Dit keer was het tijdens het wachten bij de tandarts, een praatje met de vrouw naast me. Hoe we er op kwamen, weet ik niet, ik begin uit mezelf nooit over familiezaken met wildvreemden, maar ze vroeg het. En ze was niet de eerste. 

"Nee", zei ik en hoopte het daarbij te kunnen laten. Maar de vrouw was vastbesloten, er moest meer drama te halen zijn. "Bent u niet bang dat u spijt krijgt?" Daar was ie, in vol ornaat: 
1. Heeft u kinderen; 
2. Bent u niet bang niet bang dat u spijt krijgt? 

Waar ik spijt van had, was dat ik er op in was gegaan, wat ging het haar aan. Maar nu waren we IN GESPREK. Ik kon geen kant meer op, zijzelf was wel moeder en het was haar lust en haar leven, ze kon zich niet meer anders voorstellen, of ik de foto's wilde zien... 

Ik heb nooit méér verlangend naar de tandarts uit gezien als toen in die wachtkamer.

Het eerlijke antwoord is: natúurlijk ben ik bang dat ik spijt krijg. Ik ben al bang dat ik spijt krijg als ik niet mee ga naar de kroeg. 'Bang om dingen te missen' is my middle name. Maar op dat niveau ligt het dan ook. Ik hoor geen klokken luiden, geen eierstokken rinkelen... ik hoor sowieso weinig.

Begrijp me niet verkeerd, ik vind baby's kleine wondertjes met hun lieve kleine vingertjes en kleine teentjes met die piepkleine nageltjes eraan. En dan kunnen ze ook nog zo ontzéttend aandoenlijk gapen... Maar daarna is het een hele tijd niks wat mij betreft. Ja, ze hebben nog steeds relatief grote ogen ten opzichte van de rest van hun gezicht en dat maakt dat je sympathie voor ze voelt, maar echt interessánt vind ik ze niet. Het begint voor mij pas weer leuk te worden als zo'n puber "IK HÁÁT JE! IK HÁÁÁÁT JE!!"-roepend de trap op stampvoet. Dát lijkt me dan wel weer lachen. Maar die tussenfase, van zo’n jaar of 15, nee, niks voor mij.
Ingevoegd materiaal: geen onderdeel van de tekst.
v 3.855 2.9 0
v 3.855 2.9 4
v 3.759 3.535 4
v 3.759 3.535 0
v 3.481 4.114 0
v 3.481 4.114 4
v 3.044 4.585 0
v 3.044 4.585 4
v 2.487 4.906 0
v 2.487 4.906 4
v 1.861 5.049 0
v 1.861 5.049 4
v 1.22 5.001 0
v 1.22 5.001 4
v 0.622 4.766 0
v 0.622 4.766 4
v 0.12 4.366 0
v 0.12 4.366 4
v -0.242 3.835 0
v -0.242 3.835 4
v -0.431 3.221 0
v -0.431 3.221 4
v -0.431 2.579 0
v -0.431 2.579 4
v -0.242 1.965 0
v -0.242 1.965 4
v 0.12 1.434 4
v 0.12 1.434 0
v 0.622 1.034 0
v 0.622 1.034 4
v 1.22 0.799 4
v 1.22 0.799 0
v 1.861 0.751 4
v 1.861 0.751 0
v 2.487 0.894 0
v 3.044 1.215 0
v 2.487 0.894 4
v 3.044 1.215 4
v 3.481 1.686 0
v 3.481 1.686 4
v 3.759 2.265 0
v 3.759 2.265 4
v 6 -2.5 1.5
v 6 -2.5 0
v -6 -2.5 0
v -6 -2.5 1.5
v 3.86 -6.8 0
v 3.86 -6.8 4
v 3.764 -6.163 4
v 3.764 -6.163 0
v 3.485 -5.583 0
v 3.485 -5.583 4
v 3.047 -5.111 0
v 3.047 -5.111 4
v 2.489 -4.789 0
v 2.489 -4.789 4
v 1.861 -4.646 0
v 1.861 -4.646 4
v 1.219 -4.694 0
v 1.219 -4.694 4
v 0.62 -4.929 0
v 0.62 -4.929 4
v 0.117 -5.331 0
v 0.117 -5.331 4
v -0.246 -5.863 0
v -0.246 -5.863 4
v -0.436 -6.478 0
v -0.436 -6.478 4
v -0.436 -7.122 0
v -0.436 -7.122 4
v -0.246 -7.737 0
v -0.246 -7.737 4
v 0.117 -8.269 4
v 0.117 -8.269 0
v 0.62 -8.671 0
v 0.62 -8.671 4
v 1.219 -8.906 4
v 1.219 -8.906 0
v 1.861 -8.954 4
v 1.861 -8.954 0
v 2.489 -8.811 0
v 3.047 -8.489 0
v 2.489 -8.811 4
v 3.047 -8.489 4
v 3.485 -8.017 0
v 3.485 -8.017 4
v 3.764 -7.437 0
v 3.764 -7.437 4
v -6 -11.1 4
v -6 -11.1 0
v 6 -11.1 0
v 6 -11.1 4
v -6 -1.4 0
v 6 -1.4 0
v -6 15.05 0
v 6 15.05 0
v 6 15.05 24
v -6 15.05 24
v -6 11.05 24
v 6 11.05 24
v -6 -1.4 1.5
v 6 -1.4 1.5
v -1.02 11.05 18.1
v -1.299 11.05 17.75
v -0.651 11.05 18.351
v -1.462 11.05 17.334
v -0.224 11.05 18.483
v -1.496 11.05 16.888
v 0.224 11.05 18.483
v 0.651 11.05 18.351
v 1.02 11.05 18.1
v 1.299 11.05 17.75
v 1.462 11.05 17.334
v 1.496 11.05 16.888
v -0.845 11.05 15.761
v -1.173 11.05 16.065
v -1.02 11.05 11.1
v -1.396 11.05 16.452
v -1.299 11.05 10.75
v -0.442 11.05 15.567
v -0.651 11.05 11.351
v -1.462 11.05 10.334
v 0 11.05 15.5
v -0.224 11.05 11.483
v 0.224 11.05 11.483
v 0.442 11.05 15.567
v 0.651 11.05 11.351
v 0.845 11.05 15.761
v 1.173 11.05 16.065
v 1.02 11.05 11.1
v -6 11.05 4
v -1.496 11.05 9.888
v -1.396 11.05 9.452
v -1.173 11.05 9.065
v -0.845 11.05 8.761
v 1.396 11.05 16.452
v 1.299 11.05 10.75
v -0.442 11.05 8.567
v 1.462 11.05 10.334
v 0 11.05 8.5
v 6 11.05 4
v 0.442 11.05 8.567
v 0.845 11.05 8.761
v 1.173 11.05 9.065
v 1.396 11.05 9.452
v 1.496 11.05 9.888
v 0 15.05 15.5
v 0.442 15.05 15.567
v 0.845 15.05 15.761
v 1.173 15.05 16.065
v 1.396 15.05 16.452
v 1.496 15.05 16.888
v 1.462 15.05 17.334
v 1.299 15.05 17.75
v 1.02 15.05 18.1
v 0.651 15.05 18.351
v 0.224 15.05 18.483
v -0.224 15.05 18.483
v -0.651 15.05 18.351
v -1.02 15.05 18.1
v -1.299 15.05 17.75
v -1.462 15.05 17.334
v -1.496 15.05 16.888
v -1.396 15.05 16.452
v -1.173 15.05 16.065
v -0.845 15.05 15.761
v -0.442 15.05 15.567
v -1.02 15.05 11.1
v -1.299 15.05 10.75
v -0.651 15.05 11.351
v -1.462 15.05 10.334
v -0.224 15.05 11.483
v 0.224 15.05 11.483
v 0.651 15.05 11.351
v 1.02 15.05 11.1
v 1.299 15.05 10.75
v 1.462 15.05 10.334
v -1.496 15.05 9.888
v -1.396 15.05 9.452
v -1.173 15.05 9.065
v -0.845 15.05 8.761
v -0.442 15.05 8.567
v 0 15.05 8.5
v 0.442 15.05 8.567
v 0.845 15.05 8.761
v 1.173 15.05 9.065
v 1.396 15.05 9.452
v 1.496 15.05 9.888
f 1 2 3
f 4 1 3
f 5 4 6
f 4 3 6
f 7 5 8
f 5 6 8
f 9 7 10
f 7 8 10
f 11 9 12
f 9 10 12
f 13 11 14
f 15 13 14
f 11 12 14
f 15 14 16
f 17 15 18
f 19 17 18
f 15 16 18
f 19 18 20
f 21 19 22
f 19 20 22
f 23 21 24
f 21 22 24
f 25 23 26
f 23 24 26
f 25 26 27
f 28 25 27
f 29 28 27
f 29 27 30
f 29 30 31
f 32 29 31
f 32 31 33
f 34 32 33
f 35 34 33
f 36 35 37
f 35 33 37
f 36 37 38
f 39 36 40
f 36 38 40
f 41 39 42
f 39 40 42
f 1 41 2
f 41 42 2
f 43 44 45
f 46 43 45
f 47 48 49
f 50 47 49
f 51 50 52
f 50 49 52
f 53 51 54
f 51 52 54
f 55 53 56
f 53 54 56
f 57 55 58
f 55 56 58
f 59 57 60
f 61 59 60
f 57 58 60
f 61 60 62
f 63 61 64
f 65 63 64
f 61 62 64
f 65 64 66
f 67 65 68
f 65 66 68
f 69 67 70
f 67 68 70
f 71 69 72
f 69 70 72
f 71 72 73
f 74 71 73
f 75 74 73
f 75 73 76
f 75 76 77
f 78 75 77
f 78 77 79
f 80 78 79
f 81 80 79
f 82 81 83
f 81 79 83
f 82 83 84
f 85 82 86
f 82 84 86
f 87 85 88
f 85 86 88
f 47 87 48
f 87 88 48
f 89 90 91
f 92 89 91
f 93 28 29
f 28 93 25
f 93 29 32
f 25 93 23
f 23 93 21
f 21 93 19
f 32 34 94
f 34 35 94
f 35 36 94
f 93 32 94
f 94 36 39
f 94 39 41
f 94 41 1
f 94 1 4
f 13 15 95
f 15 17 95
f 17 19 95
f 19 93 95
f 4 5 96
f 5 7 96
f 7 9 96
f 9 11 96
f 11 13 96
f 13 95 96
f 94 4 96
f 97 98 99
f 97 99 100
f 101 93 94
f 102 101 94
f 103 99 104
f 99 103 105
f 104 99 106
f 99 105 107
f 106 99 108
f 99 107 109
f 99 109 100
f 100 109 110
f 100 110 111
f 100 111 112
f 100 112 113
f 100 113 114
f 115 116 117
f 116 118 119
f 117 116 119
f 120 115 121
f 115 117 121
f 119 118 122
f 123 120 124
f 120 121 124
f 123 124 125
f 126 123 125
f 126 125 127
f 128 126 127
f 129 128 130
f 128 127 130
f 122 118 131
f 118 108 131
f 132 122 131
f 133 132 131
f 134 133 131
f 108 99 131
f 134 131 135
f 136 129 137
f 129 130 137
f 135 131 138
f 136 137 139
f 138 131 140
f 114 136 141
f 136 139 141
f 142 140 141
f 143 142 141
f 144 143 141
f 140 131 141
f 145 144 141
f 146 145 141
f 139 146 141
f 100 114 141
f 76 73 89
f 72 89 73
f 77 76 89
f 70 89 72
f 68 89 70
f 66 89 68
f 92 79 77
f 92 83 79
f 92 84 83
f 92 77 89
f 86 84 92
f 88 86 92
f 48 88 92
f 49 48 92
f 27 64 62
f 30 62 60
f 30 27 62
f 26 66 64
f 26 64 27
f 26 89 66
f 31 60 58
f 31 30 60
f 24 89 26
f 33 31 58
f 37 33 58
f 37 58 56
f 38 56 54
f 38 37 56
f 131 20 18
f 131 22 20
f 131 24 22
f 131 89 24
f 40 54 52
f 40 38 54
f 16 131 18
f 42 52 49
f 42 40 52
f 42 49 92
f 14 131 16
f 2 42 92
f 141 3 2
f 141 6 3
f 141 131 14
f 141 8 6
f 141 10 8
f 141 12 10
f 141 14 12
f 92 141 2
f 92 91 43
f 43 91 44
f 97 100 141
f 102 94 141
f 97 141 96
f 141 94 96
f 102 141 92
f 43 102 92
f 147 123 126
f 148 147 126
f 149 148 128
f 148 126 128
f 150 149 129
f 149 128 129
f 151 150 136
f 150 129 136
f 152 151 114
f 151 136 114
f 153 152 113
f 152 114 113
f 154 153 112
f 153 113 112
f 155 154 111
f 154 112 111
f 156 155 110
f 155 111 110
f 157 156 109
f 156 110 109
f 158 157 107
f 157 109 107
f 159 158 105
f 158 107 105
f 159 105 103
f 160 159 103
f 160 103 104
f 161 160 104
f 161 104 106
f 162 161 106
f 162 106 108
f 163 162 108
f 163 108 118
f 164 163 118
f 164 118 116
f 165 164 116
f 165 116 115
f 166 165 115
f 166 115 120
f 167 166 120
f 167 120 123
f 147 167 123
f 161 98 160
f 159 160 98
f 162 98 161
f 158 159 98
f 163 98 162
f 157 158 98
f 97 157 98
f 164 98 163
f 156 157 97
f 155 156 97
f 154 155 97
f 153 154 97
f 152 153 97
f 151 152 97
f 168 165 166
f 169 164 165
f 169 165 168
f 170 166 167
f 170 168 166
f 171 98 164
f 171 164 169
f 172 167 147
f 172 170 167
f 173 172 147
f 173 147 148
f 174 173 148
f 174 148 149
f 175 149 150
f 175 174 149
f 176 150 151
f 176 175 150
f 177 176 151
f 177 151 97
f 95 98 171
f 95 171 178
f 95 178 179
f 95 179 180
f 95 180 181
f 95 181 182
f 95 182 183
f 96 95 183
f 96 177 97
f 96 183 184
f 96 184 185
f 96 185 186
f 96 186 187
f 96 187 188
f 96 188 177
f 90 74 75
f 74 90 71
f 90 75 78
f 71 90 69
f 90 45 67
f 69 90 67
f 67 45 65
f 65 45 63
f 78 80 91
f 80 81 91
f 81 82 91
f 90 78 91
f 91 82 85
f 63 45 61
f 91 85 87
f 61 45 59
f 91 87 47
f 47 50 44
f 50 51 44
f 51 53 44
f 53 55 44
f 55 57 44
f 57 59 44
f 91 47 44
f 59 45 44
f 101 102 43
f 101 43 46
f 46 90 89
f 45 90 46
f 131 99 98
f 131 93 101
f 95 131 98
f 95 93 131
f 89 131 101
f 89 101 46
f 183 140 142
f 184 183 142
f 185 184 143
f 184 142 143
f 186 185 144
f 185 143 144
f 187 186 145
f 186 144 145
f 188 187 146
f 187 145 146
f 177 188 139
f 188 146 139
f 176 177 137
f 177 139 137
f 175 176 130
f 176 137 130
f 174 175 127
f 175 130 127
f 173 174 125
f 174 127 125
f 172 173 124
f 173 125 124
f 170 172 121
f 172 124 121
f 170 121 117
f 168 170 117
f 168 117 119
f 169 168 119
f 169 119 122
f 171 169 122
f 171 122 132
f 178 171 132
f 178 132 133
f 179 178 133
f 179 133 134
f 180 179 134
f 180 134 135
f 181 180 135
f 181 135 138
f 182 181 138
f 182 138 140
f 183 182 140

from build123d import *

# Parameters (mm, degrees)
SKETCH_1_W          = 12
SKETCH_1_H          = 22.2
EXTRUDE_1_DEPTH     = 4
SKETCH_2_R          = 2.16
SKETCH_2_R_2        = 2.155
CUT_EXTRUDE_1_DEPTH = 4
CUT_EXTRUDE_2_DEPTH = 1.5
SKETCH_5_W          = 13.387393305
SKETCH_5_H          = 3.9
CUT_EXTRUDE_3_DEPTH = 14.23669143
SKETCH_6_W          = 12
SKETCH_6_H          = 7.85
EXTRUDE_3_DEPTH     = 4
SKETCH_7_W          = 12
SKETCH_7_H          = 4
EXTRUDE_4_DEPTH     = 20
SKETCH_8_R          = 1.5
CUT_EXTRUDE_4_DEPTH = 34.205760042


with BuildPart() as part:
    # 草图1 → 凸台-拉伸1 (new body)
    with BuildSketch(Plane.XY):
        Rectangle(SKETCH_1_W, SKETCH_1_H)
    extrude(amount=EXTRUDE_1_DEPTH)

    # 草图2 → 切除-拉伸1 (cut)
    with BuildSketch(Plane.XY.offset(4)):
        with Locations((1.7, -6.8)):
            Circle(SKETCH_2_R)
        with Locations((1.7, 2.9)):
            Circle(SKETCH_2_R_2)
    extrude(amount=-CUT_EXTRUDE_1_DEPTH, mode=Mode.SUBTRACT)

    # 草图4 → 切除-拉伸2 (cut)
    with BuildSketch(Plane(origin=(0, 0, 0), x_dir=(-1, 0, 0), z_dir=(0, 0, -1))):
        Polygon((-6, -1.4), (-6, -2.5), (-1.7, -2.5), (6, -2.5), (6, -1.4), (-1.7, -1.4), align=None)
    extrude(amount=-CUT_EXTRUDE_2_DEPTH, mode=Mode.SUBTRACT)

    # 草图5 → 切除-拉伸3 (cut, through all)
    with BuildSketch(Plane(origin=(0, 0, 0), x_dir=(-1, 0, 0), z_dir=(0, 0, -1))):
        with Locations((0.693696653, 9.15)):
            Rectangle(SKETCH_5_W, SKETCH_5_H)
    extrude(amount=-CUT_EXTRUDE_3_DEPTH, mode=Mode.SUBTRACT)

    # 草图6 → 凸台-拉伸3 (add)
    with BuildSketch(Plane.XY.offset(4)):
        with Locations((0, 11.125)):
            Rectangle(SKETCH_6_W, SKETCH_6_H)
    extrude(amount=-EXTRUDE_3_DEPTH)

    # 草图7 → 凸台-拉伸4 (add)
    with BuildSketch(Plane.XY.offset(4)):
        with Locations((0, 13.05)):
            Rectangle(SKETCH_7_W, SKETCH_7_H)
    extrude(amount=EXTRUDE_4_DEPTH)

    # 草图8 → 切除-拉伸4 (cut, through all)
    with BuildSketch(Plane.XZ.offset(-11.05)):
        with Locations(Location((0, 10, 0), (0, 0, 270))):
            Circle(SKETCH_8_R)
        with Locations(Location((0, 17, 0), (0, 0, 270))):
            Circle(SKETCH_8_R)
    extrude(amount=-CUT_EXTRUDE_4_DEPTH, mode=Mode.SUBTRACT)


solid = part.part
Maar leg dát maar es uit aan een MOEDER.

"Bent ú niet bang dat u spijt krijgt" was natuurlijk het enige juiste antwoord. Ze had deel 1 van haar kroost mee naar de tandarts en ik kon me levendig voorstellen dat ze spijt had als de slecht gebleekte haren op haar hoofd. Maar zoiets zég je natuurlijk niet tegen een moeder. 

Toch is het een interessante vraag. Wie van jullie ouders heeft toch spijt van het hebben van kinderen? Tuurlijk, tuurlijk, je zou je bloedjes nooit weg doen. Maar eerlijk?! Is er nooit eens een moment dat je denkt: "Had ik ze maar nooit gekregen, hoeveel ik ook van ze hou?" 
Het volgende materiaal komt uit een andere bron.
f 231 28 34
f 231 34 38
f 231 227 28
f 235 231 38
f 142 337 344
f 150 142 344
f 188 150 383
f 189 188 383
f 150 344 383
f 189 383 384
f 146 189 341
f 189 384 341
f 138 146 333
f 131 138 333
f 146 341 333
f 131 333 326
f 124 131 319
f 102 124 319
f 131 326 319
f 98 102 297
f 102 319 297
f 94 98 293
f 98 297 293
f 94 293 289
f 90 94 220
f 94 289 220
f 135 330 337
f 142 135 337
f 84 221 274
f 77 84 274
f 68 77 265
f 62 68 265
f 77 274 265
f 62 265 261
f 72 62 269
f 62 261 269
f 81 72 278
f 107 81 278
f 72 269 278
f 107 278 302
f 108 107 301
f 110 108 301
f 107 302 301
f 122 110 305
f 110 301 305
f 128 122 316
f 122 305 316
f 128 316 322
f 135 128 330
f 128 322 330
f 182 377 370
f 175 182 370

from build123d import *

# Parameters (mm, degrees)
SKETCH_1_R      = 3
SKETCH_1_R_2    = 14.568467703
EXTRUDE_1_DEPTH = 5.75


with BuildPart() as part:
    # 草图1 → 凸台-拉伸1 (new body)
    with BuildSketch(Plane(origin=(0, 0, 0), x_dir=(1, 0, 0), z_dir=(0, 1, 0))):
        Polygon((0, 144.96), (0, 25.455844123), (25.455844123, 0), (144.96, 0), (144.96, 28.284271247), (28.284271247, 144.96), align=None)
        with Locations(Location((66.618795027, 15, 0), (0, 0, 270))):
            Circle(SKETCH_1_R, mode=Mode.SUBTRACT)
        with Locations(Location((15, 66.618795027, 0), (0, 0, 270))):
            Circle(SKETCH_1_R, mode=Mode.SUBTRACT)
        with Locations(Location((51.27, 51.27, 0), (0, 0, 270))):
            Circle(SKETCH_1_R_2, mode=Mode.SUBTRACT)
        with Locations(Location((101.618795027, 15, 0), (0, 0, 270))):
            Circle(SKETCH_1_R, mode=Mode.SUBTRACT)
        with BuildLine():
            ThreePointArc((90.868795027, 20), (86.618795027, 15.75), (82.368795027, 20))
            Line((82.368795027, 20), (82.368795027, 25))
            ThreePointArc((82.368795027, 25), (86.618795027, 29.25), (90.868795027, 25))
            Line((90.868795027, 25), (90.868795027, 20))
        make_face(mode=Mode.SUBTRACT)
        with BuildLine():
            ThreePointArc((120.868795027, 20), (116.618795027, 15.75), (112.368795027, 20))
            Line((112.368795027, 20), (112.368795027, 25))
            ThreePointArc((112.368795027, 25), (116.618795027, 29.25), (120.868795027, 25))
Het is namelijk wetenschappelijk bewezen dat het hebben van kinderen minder gelukkig maakt. 

Wie durft?

zondag 8 januari 2012

Dans met de perfectionist!

Dansen. Ik kan het niet. Dat zeg ík niet alleen, dat zeggen mijn beste vrienden ook. Maar ik trek me er niks van aan. Ik hups en ik hops alsof het een lieve lust is, hoe cheesier de muziek, B52's, ABBA, George Michael..., hoe leuker ik het vind.
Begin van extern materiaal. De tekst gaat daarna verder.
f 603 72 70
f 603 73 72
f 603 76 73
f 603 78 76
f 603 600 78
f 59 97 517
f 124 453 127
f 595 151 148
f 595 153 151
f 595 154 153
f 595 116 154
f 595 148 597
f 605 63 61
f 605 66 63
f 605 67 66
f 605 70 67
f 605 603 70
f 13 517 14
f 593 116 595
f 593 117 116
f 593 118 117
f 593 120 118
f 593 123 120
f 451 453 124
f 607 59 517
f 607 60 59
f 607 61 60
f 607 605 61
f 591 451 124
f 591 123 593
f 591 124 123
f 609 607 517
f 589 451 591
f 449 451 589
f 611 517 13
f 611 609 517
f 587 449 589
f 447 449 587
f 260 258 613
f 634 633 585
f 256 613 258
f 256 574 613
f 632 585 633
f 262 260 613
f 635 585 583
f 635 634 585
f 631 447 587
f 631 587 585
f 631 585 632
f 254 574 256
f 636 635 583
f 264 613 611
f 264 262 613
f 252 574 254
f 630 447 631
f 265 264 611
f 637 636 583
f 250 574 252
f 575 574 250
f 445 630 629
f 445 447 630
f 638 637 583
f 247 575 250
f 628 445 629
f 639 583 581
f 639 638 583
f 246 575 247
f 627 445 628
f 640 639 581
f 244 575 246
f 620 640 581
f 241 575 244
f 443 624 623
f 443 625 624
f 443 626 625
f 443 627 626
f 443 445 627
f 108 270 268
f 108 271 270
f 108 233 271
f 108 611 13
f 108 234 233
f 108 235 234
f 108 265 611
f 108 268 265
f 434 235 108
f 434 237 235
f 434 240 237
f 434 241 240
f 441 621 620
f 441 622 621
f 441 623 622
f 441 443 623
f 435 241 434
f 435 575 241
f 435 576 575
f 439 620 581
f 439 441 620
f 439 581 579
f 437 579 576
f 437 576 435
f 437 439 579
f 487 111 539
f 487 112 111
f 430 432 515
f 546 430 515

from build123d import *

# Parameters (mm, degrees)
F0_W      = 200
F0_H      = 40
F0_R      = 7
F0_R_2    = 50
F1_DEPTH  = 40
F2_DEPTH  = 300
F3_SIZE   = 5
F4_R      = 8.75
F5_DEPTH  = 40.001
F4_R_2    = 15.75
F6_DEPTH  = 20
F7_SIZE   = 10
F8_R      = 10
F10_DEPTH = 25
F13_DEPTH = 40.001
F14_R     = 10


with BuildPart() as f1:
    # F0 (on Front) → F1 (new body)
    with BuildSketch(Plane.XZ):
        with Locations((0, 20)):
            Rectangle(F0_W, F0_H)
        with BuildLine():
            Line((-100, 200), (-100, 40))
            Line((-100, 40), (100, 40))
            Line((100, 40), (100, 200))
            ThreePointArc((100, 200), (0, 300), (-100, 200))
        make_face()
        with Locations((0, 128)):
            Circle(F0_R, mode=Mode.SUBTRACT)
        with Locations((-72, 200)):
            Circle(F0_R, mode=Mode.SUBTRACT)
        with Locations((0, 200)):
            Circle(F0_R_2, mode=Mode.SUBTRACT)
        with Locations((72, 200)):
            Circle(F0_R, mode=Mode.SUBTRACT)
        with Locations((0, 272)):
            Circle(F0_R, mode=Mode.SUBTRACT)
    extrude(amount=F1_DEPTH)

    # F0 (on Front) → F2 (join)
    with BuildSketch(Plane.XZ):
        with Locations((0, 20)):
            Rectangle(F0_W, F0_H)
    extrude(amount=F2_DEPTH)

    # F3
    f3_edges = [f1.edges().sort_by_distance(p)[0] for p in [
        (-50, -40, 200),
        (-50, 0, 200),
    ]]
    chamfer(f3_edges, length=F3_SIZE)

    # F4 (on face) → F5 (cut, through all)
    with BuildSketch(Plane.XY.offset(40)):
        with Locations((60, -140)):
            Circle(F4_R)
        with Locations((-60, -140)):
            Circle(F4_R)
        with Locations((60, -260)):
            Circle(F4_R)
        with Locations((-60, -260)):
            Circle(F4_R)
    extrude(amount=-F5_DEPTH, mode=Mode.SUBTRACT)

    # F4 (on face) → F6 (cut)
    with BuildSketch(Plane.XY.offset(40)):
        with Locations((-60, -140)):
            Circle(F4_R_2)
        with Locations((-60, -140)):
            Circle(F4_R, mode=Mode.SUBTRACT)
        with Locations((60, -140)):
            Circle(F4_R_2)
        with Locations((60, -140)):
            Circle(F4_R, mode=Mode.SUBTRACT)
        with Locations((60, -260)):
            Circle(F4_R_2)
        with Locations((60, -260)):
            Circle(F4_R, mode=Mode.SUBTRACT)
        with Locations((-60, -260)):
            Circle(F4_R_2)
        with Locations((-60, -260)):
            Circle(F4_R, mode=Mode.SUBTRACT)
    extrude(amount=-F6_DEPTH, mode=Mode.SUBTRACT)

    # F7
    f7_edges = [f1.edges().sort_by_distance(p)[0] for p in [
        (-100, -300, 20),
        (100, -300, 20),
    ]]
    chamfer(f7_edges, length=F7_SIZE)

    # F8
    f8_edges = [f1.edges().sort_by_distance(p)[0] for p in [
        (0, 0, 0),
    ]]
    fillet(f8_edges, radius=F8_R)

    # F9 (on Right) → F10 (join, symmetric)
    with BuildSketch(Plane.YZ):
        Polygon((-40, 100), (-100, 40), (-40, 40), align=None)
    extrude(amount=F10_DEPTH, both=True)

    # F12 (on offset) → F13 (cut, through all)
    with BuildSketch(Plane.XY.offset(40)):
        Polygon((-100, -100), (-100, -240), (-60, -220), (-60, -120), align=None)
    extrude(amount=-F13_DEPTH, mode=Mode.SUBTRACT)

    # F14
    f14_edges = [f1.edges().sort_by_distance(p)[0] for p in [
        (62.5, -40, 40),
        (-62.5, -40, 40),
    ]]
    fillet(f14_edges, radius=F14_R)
Maar stijldansen dat is andere koek. Ik kan er erg van genieten als ik twee mensen gepassioneerd zie dansen. Dan ben ik stiekem een beetje jaloers. Helaas heb ik op mijn vijftiende niet op dansles gezeten, toen leek dat een zegening, nu voelt het als een gemis.
Want 20 jaar laar later loop ik met mijn geliefde in Central Park New York. Het is een mooie zomeravond. En ik zie het in de verte al aankomen. Er staat een groepje mensen spontaan te stijldansen, radiootje erbij. Mijn geliefde vraagt mij ten dans. Ik weiger, zeg nee, loop weg, ondanks dat ik weet dat hij erg goed kan dansen. De teleurstelling is van zijn gezicht af te lezen en het wordt niet de meest gezellige taxirit naar huis. Wat bezielde me? Ik wist het niet.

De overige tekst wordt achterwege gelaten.